Happy Christmas. We Didn't Die.
Last year, the Christmas season felt more like summer to me. After arriving in November, it was my first Christmas in Sierra Leone. I was still in the midst of a great deal of culture shock. And it was HOT. So it’s fair to say I was pretty disoriented. Like disoriented enough to ask a friend back home how her summer break was going. It just didn’t feel like Christmas.
This year, I decided to make a concerted effort to make it FEEL like Christmas. I downloaded a bunch of Christmas albums and, along with the air conditioner, have been blasting them in my car. I bought a tree off of an expat friend who moved back to the US this month. I even found an Africana fabric that is Christmas themed which is serving as my table cloth for the season.
I also participated in the Christmas caroling fundraiser for the Prison Ministry. Last year I practiced with the group but didn’t end up going house to house. That was when I learned my first Christmas song in Krio. Christmas tem don kam, wi fit gladi. Christmas tem don kam, wi fit enjoy. Bicos God don sen in wan gran boy pikin foh mek i pul wi pan yagba, foh mek i pul wi pan yagba! (Christmas time has come, we must be glad. Christmas time has come, we must enjoy because God has sent his one son to save us from struggle, to save us from struggle.)
Here’s a link to how that song sounds.
This year, I learned a few songs in Mende (one of the local tribal languages) to add to my repertoire. Yesu lor wama mu sene venge we. (“Jesus is coming, let us prepare ourselves.”)
After a year, I’m learning more and more what it feels like to experience life the Sierra Leone way. And it’s makes more sense to me day after day. I’m still who I am—an American. But I’m being changed day by day. So I’ve found ways to integrate my American with their Salone. Christmas is no different. It’s a little of mine and a little of theirs.
In that vein I learned a new song this week. It’s a Krio song. It goes Happy Christmas, mi no die-o. Happy Christmas, mi no die-o. (“Merry Christmas, I didn’t die.”) That’s it. That’s the whole song. Sometimes you start high. Sometimes you start low. Sometimes you say I. Sometimes you say we.
And here’s a link to how this song sounds.
We sang this song to start our Prison Ministry meeting before we went and fed the boys and girls at the juvenile detention center. And I remember thinking to myself, Is this song for real? But sure enough it’s for real. Over and over we sang joyfully, “Happy Christmas, I didn’t die.” After we sang the song, Finda Quiwa (a senior missionary) exhorted the group to celebrate and be glad that we have reached Christmas still alive. After all, there are many who started the year with us and did not live to see Christmas.
Now this might seem morbid to a western sentiment. And maybe it is. But after living here a year, it makes sense to me. I noticed early on how often we give thanks here for waking up “in time rather than in eternity”. There is a constant awareness that this day is not guaranteed. That this life is not guaranteed.
Part of the reason for that is because death is so much more prevalent here. The life expectancy in Sierra Leone is 52 years (as of 2016). Compare that to 62 years in neighboring Liberia and 79 years back home in the US. Death is just a fact of life here. It’s an every day experience.

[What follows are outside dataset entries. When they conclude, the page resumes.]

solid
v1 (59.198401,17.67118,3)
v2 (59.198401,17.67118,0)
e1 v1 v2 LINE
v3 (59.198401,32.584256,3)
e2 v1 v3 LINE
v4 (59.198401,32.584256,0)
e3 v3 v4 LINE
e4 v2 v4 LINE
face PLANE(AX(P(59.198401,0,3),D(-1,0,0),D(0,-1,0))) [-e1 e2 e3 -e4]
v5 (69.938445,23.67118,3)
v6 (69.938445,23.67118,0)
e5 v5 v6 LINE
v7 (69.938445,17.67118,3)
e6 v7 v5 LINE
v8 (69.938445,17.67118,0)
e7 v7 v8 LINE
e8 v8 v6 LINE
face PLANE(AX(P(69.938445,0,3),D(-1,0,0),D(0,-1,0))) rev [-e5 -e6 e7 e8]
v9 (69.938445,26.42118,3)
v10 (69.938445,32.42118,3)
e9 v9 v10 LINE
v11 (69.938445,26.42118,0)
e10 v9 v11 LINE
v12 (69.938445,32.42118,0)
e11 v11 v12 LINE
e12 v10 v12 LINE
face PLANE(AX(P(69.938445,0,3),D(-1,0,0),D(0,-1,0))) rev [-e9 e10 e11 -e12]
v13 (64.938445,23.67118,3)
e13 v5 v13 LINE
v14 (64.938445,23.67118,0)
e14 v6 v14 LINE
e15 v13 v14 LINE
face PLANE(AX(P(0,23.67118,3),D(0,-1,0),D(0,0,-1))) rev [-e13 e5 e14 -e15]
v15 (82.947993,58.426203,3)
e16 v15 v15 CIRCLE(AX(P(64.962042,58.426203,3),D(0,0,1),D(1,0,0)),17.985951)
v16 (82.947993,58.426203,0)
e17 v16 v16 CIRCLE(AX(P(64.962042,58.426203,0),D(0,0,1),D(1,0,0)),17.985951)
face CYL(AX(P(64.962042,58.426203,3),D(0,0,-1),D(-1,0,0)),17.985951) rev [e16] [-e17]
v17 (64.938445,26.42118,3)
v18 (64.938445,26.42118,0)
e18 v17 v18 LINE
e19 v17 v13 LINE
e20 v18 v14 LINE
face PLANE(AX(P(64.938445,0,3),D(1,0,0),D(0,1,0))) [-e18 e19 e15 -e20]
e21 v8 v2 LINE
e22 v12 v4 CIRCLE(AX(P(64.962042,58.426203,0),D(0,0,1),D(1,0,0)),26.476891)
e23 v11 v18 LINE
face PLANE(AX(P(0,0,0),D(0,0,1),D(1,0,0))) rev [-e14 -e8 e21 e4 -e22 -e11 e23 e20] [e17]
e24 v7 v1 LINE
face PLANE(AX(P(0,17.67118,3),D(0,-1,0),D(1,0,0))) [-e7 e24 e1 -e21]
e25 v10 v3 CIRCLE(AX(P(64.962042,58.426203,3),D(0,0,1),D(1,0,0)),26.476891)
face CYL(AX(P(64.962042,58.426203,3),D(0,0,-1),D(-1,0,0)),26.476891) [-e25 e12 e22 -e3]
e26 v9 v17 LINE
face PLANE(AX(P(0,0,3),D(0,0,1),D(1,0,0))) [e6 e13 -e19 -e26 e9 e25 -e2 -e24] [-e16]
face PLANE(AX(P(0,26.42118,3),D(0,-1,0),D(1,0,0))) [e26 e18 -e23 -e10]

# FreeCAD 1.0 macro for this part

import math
import FreeCAD as App
import Part
import Sketcher
Q = App.Units.Quantity

doc = App.newDocument("Part")
body = doc.addObject("PartDesign::Body", "Body")

# Sketch on XY plane
sketch1 = doc.addObject("Sketcher::SketchObject", "Sketch")
body.addObject(sketch1)
sketch1.AttachmentSupport = (doc.XY_Plane, [""])
sketch1.MapMode = "FlatFace"
sketch1.addGeometry([
    Part.LineSegment(App.Vector(59.2, 17.7, 0), App.Vector(69.9, 17.7, 0)),  # 0
    Part.LineSegment(App.Vector(69.9, 17.7, 0), App.Vector(69.9, 23.7, 0)),  # 1
    Part.LineSegment(App.Vector(69.9, 23.7, 0), App.Vector(64.9, 23.7, 0)),  # 2
    Part.LineSegment(App.Vector(64.9, 23.7, 0), App.Vector(64.9, 26.4, 0)),  # 3
    Part.LineSegment(App.Vector(64.9, 26.4, 0), App.Vector(69.9, 26.4, 0)),  # 4
    Part.LineSegment(App.Vector(69.9, 26.4, 0), App.Vector(69.9, 32.4, 0)),  # 5
    Part.ArcOfCircle(Part.Circle(App.Vector(65, 58.4, 0), App.Vector(0, 0, 1), 26.5), math.radians(-79), math.radians(257)),  # 6
    Part.LineSegment(App.Vector(59.2, 32.6, 0), App.Vector(59.2, 17.7, 0)),  # 7
    Part.Circle(App.Vector(65, 58.4, 0), App.Vector(0, 0, 1), 18),  # 8
], False)
sketch1.addConstraint([
    Sketcher.Constraint("Coincident", 0, 2, 1, 1),
    Sketcher.Constraint("Coincident", 1, 2, 2, 1),
    Sketcher.Constraint("Coincident", 2, 2, 3, 1),
    Sketcher.Constraint("Coincident", 3, 2, 4, 1),
    Sketcher.Constraint("Coincident", 4, 2, 5, 1),
    Sketcher.Constraint("Coincident", 5, 2, 6, 1),
    Sketcher.Constraint("Coincident", 6, 2, 7, 1),
    Sketcher.Constraint("Coincident", 7, 2, 0, 1),
    Sketcher.Constraint("Horizontal", 0),
    Sketcher.Constraint("Vertical", 1),
    Sketcher.Constraint("Horizontal", 2),
    Sketcher.Constraint("Vertical", 3),
    Sketcher.Constraint("Horizontal", 4),
    Sketcher.Constraint("Vertical", 5),
    Sketcher.Constraint("Vertical", 7),
    Sketcher.Constraint("Coincident", 8, 3, 6, 3),
    Sketcher.Constraint("Vertical", 1, 2, 4, 2),
    Sketcher.Constraint("Equal", 1, 5),
    Sketcher.Constraint("DistanceX", 2, 2, 2, 1, Q("5 mm")),
    Sketcher.Constraint("DistanceY", 1, 1, 1, 2, Q("6 mm")),
    Sketcher.Constraint("DistanceY", 3, 1, 3, 2, Q("2.75 mm")),
    Sketcher.Constraint("Radius", 6, Q("26.476891 mm")),
    Sketcher.Constraint("Diameter", 8, Q("35.971902 mm")),
    Sketcher.Constraint("DistanceX", -1, 1, 6, 2, Q("59.198401 mm")),
    Sketcher.Constraint("DistanceX", 0, 1, 0, 2, Q("10.740044 mm")),
    Sketcher.Constraint("DistanceY", 7, 2, 7, 1, Q("14.913076 mm")),
    Sketcher.Constraint("DistanceY", -1, 1, 0, 2, Q("17.67118 mm")),
])
pad1 = doc.addObject("PartDesign::Pad", "Pad")
body.addObject(pad1)
pad1.Profile = sketch1
pad1.Length = 3

doc.recompute()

Just this year, I know someone who’s brother lost all three of his children in one motorcycle accident. Little children. I know people who at 24 went in the hospital and did not come out. Last week I attended the funeral of Rev. Maurice Lawson, a 39 year old father of three and a talented and promising young pastor. When I asked how he died I was just told, “He was sick.” No more details than that. That gives you an idea of the thoroughness of medical care most people can afford here.
On the one hand, I look at this and recognize the profound injustice that, simply because of a lack of resources, the people of this country live with early death every day. It’s not ok that in 2018 there are people without access to good medical care. An entire country suffers. There is too much grieving and too much loss. And during worship last week, it was an Advent longing that I turned over to God, asking once more that things would be made right here.
But on the other hand, doing life among people for whom loss is a daily truth has taught me a few things. It’s taught me how to hold things lightly. There is life. There is death. There is life beyond death. Thanks be to God. In the west we do a good job of distracting ourselves from the truth of our mortality and limitations. But here I’m learning to live what life I have to God’s glory and for the joy of the moment. And every day I find myself believing more and more that that is enough.
It has also taught me to hold life more preciously. To see every day as gift. I’m not promised today. Or tomorrow. And so every breath truly is the grace of God.
So here we are at another Christmas. And we’re still alive. We still have this day. We still have life and breath and laughter and sunlight and coffee and young love and babies and the color red and each other. It really does feel like a reason to sing.
Happy Christmas, friends. We didn’t die. Thanks be to God.
Let’s make some good food and have a party.